= Beginning of Section =
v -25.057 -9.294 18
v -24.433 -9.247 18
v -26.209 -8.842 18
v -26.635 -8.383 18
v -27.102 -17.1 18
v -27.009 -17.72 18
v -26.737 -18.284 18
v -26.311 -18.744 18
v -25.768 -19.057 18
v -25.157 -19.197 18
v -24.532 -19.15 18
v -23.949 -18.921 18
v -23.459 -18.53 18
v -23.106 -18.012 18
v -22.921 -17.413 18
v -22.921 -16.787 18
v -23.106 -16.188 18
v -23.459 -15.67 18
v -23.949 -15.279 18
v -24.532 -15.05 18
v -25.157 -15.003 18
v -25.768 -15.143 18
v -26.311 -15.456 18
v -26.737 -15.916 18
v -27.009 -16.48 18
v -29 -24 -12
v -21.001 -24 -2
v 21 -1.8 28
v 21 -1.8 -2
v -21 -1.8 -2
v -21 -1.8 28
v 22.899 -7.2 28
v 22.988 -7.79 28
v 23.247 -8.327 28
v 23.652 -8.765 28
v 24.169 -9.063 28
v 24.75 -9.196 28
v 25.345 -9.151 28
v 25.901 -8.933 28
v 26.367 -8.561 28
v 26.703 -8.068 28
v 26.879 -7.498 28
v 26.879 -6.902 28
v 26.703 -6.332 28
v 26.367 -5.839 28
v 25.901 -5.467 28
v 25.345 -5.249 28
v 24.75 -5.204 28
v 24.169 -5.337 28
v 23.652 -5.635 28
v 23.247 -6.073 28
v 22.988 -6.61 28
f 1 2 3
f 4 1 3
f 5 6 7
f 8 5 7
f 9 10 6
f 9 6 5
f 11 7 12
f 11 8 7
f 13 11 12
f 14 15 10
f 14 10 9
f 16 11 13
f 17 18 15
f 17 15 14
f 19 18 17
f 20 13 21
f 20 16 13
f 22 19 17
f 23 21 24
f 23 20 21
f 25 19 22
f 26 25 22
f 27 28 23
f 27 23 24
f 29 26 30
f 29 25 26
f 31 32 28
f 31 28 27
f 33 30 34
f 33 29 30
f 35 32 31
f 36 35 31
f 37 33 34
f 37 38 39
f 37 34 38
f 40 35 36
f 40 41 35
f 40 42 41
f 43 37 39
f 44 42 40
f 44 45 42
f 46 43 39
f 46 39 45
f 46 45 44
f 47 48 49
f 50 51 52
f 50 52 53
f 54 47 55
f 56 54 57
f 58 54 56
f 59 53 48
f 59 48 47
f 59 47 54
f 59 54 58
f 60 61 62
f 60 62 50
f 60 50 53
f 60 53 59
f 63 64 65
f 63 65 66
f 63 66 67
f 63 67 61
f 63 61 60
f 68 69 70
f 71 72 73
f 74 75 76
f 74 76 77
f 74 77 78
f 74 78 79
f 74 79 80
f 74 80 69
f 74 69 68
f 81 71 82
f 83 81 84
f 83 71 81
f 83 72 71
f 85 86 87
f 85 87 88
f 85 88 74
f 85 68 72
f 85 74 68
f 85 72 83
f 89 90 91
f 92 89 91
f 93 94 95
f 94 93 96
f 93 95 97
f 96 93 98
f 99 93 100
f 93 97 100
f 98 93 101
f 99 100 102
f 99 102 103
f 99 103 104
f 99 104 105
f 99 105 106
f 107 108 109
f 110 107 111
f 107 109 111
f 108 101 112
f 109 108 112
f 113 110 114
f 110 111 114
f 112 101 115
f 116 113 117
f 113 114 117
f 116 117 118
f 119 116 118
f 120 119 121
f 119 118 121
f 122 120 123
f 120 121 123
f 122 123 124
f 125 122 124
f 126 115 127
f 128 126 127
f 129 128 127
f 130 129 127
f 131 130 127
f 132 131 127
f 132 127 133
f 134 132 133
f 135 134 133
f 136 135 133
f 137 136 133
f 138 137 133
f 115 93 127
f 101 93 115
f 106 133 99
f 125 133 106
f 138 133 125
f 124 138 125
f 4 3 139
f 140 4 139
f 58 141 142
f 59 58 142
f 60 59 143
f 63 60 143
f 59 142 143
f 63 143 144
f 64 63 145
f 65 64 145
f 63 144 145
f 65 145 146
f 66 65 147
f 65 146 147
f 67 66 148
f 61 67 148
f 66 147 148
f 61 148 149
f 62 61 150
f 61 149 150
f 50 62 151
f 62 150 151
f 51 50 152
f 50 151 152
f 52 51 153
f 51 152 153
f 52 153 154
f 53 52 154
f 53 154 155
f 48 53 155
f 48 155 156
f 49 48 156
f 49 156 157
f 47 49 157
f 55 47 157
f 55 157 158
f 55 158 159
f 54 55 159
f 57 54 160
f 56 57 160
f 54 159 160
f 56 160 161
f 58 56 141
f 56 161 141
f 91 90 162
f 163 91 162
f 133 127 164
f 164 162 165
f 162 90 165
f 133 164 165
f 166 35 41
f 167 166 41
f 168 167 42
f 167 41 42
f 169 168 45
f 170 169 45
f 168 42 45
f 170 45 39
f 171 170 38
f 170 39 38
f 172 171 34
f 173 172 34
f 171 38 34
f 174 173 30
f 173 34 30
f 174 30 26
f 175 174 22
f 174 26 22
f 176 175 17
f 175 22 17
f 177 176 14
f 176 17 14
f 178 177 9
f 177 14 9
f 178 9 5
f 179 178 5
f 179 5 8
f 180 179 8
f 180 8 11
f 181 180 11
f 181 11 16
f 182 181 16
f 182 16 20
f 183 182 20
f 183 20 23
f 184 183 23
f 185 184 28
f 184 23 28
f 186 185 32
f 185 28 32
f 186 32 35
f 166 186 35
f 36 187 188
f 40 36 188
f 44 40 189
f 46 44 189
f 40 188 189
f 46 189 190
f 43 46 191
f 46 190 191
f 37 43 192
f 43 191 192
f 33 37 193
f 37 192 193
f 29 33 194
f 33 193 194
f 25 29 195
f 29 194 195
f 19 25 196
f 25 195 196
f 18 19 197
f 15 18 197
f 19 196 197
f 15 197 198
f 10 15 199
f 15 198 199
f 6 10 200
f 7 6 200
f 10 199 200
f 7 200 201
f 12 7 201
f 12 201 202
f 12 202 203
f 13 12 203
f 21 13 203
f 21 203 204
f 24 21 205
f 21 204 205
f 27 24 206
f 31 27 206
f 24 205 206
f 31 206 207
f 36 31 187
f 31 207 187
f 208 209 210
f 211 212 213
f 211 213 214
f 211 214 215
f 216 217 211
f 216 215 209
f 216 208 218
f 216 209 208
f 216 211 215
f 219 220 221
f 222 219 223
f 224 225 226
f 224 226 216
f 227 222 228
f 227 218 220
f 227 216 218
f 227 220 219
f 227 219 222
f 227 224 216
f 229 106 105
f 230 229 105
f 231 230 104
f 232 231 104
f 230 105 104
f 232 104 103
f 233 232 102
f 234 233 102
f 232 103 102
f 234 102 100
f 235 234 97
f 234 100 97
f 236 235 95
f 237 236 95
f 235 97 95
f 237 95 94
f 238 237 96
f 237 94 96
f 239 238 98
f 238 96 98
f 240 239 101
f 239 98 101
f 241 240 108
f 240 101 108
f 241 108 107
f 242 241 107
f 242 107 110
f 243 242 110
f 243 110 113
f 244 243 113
= End of Section =
= Beginning of Section =
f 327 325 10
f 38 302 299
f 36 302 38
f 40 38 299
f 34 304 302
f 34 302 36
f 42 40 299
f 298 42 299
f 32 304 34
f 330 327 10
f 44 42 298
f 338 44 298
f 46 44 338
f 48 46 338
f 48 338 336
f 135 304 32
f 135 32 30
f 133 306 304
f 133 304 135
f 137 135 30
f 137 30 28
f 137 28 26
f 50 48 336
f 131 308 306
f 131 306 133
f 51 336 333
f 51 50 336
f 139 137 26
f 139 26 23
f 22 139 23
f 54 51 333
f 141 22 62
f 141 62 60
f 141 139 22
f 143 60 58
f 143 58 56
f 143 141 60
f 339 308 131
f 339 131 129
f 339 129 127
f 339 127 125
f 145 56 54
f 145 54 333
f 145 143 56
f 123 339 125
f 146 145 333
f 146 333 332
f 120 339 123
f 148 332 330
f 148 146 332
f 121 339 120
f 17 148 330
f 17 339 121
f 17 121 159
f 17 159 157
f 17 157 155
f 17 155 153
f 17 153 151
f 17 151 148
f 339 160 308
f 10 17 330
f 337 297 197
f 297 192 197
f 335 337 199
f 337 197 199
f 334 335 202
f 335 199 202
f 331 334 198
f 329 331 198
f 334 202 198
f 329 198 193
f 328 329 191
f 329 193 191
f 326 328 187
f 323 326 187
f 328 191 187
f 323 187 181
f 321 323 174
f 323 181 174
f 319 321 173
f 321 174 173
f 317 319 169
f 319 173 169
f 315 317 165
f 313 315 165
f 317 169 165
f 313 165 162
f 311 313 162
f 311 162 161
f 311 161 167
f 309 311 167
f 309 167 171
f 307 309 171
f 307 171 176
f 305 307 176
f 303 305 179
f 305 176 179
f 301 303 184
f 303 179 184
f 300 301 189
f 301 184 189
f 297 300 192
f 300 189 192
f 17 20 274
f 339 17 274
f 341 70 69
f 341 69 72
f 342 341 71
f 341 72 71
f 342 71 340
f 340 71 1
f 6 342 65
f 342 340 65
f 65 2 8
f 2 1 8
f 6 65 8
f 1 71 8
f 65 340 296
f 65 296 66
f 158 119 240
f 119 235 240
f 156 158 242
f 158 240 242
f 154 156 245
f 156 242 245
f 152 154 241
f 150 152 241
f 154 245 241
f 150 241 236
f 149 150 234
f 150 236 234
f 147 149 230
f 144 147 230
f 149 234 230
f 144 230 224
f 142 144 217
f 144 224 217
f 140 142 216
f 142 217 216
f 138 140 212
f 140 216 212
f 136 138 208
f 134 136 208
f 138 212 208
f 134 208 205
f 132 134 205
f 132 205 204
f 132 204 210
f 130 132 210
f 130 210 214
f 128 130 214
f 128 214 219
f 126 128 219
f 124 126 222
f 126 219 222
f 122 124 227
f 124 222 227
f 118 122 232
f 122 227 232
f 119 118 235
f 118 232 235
= End of Section =
→ **PROMPT**:
Which lines above run from the one containing "f 17 153 151" down to the one containing "f 313 315 165"? Repeat exactly those, both ends included, and nothing else.

→ **TASK RESULT**:
f 17 153 151
f 17 151 148
f 339 160 308
f 10 17 330
f 337 297 197
f 297 192 197
f 335 337 199
f 337 197 199
f 334 335 202
f 335 199 202
f 331 334 198
f 329 331 198
f 334 202 198
f 329 198 193
f 328 329 191
f 329 193 191
f 326 328 187
f 323 326 187
f 328 191 187
f 323 187 181
f 321 323 174
f 323 181 174
f 319 321 173
f 321 174 173
f 317 319 169
f 319 173 169
f 315 317 165
f 313 315 165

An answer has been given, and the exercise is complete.